#### [Records for the task]
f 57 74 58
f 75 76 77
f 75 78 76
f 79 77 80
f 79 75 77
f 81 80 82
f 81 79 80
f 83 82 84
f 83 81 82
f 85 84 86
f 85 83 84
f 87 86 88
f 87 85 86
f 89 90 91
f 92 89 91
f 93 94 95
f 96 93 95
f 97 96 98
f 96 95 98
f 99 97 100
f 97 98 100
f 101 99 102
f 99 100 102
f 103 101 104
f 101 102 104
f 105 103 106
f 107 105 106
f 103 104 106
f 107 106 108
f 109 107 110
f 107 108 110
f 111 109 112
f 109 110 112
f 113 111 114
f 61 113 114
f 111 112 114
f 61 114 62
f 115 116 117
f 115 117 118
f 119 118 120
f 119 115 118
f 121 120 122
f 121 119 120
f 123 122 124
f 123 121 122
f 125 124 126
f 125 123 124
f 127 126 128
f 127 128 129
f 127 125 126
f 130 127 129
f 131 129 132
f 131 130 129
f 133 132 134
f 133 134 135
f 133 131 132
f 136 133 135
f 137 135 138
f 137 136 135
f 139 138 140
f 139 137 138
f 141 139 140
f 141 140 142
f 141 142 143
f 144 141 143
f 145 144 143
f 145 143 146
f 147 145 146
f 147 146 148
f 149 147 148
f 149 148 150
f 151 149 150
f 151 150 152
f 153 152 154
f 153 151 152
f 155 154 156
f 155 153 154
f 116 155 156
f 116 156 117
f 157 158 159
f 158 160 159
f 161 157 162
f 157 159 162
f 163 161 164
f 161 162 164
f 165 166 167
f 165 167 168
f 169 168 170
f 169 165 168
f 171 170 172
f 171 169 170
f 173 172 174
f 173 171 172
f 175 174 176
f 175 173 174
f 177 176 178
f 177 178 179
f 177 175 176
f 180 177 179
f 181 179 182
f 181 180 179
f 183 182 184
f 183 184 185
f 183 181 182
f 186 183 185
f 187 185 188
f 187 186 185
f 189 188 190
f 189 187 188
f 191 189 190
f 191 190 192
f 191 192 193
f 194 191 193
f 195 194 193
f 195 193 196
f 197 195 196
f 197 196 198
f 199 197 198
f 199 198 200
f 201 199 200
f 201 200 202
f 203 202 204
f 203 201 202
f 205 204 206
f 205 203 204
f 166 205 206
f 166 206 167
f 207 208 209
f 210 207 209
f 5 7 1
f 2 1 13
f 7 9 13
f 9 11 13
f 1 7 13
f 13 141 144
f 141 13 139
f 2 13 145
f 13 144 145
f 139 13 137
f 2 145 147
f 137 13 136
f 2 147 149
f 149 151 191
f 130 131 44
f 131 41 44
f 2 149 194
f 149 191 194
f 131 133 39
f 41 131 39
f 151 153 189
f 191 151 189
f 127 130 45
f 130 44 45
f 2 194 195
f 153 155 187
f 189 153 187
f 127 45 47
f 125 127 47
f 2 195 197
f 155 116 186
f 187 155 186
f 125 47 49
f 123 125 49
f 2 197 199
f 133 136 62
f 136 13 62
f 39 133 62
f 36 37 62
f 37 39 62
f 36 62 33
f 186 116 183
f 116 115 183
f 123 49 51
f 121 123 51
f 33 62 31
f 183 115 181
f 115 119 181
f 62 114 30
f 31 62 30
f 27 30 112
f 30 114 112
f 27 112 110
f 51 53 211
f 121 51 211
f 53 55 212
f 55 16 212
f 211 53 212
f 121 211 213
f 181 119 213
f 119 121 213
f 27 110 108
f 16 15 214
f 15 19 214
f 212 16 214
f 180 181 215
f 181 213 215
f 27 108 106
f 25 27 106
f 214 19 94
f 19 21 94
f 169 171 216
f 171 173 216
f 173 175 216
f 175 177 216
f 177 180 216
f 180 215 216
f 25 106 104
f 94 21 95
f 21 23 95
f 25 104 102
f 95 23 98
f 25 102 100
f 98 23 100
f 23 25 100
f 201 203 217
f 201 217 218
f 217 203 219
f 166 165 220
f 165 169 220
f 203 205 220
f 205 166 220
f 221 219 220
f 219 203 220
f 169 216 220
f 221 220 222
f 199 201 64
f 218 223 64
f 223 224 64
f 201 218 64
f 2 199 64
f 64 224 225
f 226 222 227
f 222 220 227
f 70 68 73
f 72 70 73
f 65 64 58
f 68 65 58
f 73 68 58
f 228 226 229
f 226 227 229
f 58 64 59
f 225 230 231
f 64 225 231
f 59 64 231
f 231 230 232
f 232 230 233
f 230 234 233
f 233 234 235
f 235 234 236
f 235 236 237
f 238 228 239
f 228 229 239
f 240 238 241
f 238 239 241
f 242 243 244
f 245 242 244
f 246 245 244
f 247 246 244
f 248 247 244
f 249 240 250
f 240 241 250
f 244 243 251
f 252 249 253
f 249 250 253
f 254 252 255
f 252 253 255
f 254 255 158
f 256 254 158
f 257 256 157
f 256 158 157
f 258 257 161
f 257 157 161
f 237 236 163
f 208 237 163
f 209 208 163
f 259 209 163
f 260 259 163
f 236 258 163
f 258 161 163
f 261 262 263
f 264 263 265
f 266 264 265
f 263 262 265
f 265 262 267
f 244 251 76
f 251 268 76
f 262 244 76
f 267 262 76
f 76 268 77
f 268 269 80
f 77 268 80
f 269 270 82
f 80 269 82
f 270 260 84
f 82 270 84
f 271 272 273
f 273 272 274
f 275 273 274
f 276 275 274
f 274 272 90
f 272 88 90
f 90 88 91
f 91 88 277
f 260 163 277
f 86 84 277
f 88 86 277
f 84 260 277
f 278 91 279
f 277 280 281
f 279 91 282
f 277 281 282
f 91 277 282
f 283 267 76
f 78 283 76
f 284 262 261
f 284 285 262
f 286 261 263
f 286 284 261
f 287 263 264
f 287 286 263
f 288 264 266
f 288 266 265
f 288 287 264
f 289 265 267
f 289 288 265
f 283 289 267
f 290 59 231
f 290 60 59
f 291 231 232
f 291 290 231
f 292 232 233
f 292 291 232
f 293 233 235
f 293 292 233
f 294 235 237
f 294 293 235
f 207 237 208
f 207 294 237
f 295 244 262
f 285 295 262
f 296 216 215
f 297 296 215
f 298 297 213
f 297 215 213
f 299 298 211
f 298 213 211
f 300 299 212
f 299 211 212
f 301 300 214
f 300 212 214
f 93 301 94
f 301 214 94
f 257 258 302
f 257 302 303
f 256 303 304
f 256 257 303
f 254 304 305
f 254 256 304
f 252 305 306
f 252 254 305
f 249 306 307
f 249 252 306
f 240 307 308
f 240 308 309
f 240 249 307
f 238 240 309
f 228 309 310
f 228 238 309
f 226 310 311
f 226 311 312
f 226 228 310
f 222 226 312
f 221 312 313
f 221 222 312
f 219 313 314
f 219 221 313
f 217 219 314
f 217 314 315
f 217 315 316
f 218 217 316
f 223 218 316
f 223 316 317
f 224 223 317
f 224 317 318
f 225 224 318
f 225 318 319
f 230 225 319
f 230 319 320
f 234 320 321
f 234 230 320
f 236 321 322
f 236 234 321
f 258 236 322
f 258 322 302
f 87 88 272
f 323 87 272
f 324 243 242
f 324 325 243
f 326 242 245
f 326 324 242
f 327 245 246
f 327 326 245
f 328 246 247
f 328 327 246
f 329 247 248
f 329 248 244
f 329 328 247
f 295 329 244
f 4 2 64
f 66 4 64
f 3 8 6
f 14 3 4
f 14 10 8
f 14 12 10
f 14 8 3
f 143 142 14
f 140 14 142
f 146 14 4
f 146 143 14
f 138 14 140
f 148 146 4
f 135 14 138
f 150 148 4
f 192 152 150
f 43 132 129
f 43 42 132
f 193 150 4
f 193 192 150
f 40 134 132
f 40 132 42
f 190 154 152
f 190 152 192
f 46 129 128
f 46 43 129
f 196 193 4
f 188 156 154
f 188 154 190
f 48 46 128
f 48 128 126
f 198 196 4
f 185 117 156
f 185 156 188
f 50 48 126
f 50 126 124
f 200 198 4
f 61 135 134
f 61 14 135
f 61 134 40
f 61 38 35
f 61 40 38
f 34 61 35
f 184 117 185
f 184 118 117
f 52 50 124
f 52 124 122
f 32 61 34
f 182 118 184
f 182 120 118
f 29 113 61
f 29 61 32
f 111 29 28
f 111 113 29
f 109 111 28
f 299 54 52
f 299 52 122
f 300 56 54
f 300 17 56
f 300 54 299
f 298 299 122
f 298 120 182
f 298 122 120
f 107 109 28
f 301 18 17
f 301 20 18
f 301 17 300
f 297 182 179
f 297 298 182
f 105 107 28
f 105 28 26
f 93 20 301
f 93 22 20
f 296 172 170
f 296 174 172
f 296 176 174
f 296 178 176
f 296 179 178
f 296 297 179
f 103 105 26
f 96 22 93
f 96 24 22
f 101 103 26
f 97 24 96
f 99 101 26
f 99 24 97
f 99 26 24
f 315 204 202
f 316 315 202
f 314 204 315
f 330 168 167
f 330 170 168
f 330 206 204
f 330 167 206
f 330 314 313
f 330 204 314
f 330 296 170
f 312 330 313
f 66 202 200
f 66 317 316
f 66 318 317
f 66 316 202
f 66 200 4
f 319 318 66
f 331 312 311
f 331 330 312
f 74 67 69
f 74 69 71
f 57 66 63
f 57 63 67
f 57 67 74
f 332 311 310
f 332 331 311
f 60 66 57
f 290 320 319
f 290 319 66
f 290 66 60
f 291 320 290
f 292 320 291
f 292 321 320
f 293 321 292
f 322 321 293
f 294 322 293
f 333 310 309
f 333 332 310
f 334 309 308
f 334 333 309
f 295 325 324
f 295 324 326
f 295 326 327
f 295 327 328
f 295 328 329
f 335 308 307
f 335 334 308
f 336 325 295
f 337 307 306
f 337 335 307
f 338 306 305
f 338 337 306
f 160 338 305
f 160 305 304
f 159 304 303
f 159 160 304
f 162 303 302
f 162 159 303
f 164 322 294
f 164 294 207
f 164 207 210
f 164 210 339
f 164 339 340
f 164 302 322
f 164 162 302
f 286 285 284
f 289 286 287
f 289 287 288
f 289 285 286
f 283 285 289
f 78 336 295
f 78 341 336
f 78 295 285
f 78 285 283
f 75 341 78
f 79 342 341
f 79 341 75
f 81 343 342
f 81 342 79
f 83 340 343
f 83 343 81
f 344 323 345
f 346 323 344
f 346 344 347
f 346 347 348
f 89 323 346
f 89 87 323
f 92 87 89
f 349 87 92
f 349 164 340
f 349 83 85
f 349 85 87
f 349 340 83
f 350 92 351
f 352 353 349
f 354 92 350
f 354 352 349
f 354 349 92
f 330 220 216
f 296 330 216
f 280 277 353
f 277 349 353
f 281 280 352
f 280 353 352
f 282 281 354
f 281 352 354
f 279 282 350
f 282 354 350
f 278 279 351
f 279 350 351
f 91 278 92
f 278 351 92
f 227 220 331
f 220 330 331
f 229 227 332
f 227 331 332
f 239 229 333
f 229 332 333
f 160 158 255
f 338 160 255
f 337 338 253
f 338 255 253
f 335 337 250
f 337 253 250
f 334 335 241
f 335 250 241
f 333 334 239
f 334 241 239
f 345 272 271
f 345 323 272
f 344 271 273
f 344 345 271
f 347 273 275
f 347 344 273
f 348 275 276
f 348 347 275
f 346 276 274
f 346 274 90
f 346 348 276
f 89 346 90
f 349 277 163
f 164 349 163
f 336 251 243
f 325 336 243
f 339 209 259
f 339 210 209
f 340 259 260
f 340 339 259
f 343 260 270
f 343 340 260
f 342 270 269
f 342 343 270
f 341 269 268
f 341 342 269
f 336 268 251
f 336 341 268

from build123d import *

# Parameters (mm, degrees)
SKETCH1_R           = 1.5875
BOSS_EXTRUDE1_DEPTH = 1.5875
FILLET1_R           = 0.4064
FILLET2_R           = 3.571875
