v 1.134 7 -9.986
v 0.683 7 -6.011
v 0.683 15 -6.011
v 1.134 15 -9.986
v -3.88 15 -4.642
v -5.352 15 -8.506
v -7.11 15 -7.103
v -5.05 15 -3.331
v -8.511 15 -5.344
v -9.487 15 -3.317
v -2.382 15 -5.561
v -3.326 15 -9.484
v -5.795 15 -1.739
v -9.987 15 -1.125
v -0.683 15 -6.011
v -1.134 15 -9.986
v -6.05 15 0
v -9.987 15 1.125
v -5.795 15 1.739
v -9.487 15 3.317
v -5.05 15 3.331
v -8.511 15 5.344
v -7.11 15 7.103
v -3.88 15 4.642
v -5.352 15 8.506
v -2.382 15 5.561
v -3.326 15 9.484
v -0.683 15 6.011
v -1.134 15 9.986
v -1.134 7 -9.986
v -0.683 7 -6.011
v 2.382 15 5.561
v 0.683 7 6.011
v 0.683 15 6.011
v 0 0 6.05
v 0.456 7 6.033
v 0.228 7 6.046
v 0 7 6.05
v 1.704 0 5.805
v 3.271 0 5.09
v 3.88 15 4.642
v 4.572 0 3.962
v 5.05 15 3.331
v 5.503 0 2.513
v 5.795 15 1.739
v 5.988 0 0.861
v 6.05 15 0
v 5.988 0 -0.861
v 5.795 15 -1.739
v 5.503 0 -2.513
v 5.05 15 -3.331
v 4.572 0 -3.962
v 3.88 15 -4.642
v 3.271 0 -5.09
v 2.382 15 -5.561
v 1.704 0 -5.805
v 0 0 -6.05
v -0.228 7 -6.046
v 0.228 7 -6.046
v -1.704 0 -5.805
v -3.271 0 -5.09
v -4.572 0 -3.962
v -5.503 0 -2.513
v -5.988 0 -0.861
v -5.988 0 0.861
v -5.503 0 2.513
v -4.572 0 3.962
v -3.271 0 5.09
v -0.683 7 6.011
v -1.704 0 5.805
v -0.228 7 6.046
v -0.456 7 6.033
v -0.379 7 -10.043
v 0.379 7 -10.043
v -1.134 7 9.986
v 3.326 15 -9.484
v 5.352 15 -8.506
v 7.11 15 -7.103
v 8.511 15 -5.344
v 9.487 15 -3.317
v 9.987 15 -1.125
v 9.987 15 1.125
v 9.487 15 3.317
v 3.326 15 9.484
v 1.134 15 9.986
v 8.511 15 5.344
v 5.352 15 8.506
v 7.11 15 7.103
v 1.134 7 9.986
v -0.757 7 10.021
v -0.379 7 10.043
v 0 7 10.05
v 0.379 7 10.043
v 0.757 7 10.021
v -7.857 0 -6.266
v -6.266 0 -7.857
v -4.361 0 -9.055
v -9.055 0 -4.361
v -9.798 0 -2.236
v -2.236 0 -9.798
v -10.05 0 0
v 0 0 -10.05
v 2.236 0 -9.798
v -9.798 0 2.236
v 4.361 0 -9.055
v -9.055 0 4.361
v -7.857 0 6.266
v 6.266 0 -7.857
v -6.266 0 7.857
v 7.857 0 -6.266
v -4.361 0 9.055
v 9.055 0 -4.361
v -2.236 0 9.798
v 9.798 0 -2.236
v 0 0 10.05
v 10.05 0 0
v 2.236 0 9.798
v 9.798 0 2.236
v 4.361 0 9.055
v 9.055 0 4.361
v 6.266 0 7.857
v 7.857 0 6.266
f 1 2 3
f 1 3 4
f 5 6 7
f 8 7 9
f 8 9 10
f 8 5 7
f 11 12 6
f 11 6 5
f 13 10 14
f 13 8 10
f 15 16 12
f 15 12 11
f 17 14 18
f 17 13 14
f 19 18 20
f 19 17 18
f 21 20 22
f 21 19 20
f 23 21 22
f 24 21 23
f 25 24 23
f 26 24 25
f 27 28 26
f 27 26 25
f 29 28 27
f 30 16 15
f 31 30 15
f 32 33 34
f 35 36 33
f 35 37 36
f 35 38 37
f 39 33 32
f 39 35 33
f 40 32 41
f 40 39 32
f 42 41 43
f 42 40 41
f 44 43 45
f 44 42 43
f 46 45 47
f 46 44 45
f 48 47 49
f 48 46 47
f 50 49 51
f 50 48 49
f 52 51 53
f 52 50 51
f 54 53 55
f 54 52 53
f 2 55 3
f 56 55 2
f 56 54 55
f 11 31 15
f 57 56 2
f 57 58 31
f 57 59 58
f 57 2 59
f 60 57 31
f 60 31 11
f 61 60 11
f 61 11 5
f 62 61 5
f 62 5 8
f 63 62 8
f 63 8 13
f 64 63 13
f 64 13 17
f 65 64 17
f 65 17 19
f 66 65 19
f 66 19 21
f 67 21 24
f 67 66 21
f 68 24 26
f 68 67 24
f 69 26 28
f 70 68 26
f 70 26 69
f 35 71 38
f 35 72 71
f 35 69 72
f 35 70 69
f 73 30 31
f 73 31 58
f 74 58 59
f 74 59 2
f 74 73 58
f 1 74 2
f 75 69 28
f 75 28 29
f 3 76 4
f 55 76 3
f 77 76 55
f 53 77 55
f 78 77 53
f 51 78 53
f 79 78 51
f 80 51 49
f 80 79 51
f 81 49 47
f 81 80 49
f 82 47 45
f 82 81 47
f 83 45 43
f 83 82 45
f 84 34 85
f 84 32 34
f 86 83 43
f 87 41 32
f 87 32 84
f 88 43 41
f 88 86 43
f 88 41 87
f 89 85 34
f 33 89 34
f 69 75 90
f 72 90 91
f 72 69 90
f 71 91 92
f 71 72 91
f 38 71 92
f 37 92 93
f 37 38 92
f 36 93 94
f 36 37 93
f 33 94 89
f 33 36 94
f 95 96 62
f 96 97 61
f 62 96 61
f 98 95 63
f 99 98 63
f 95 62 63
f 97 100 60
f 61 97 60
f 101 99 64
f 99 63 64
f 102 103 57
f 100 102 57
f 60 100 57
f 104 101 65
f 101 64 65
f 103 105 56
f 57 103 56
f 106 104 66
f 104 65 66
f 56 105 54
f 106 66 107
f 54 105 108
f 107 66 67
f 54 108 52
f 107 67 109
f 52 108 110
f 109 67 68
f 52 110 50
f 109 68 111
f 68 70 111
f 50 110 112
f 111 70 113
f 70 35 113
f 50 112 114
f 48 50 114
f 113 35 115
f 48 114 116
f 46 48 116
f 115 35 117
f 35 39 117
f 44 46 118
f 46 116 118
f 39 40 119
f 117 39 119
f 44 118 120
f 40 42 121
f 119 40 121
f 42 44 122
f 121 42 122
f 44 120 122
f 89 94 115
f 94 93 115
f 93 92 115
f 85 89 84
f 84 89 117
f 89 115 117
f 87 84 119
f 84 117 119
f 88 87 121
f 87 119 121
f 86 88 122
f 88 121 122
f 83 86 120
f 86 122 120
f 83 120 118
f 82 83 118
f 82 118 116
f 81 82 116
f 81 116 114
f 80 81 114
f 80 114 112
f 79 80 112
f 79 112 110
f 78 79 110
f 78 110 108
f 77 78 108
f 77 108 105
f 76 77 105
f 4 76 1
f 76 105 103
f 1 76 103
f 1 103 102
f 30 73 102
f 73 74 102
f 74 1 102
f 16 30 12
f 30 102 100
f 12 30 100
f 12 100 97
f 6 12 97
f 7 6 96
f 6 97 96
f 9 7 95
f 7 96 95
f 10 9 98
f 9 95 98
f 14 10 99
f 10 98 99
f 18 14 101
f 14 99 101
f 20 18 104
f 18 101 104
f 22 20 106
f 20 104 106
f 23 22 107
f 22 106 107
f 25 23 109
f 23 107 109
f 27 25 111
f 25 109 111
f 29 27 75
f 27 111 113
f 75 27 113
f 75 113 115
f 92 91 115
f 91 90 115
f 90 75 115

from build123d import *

# Parameters (mm, degrees)
SKETCH1_R           = 10.05
SKETCH1_R_2         = 6.05
BOSS_EXTRUDE1_DEPTH = 15
CUT_EXTRUDE2_DEPTH  = 8


with BuildPart() as part:
    # Sketch1 → Boss-Extrude1 (new body)
    with BuildSketch(Plane(origin=(0, 0, 0), x_dir=(1, 0, 0), z_dir=(0, 1, 0))):
        with Locations(Location((0, 0, 0), (0, 0, 270))):
            Circle(SKETCH1_R)
        with Locations(Location((0, 0, 0), (0, 0, 270))):
            Circle(SKETCH1_R_2, mode=Mode.SUBTRACT)
    extrude(amount=BOSS_EXTRUDE1_DEPTH)

    # Sketch6 → Cut-Extrude2 (cut)
    with BuildSketch(Plane(origin=(0, 15, 0), x_dir=(1, 0, 0), z_dir=(0, 1, 0))):
        Polygon((-0.637272671, 5.61077026), (0.637272671, 5.61077026), (1.215708589, 10.703521268), (-1.215708589, 10.703521268), align=None)
        Polygon((-0.637272671, -5.61077026), (-1.215708589, -10.703521268), (1.215708589, -10.703521268), (0.637272671, -5.61077026), align=None)
    extrude(amount=-CUT_EXTRUDE2_DEPTH, mode=Mode.SUBTRACT)


solid = part.part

#### [What to do]
In the entries above, restate word for word the lines between the one holding "f 240 238 241" and the one holding "f 289 288 265", inclusive, and nothing besides.

#### [Solved problem]
f 240 238 241
f 238 239 241
f 242 243 244
f 245 242 244
f 246 245 244
f 247 246 244
f 248 247 244
f 249 240 250
f 240 241 250
f 244 243 251
f 252 249 253
f 249 250 253
f 254 252 255
f 252 253 255
f 254 255 158
f 256 254 158
f 257 256 157
f 256 158 157
f 258 257 161
f 257 157 161
f 237 236 163
f 208 237 163
f 209 208 163
f 259 209 163
f 260 259 163
f 236 258 163
f 258 161 163
f 261 262 263
f 264 263 265
f 266 264 265
f 263 262 265
f 265 262 267
f 244 251 76
f 251 268 76
f 262 244 76
f 267 262 76
f 76 268 77
f 268 269 80
f 77 268 80
f 269 270 82
f 80 269 82
f 270 260 84
f 82 270 84
f 271 272 273
f 273 272 274
f 275 273 274
f 276 275 274
f 274 272 90
f 272 88 90
f 90 88 91
f 91 88 277
f 260 163 277
f 86 84 277
f 88 86 277
f 84 260 277
f 278 91 279
f 277 280 281
f 279 91 282
f 277 281 282
f 91 277 282
f 283 267 76
f 78 283 76
f 284 262 261
f 284 285 262
f 286 261 263
f 286 284 261
f 287 263 264
f 287 286 263
f 288 264 266
f 288 266 265
f 288 287 264
f 289 265 267
f 289 288 265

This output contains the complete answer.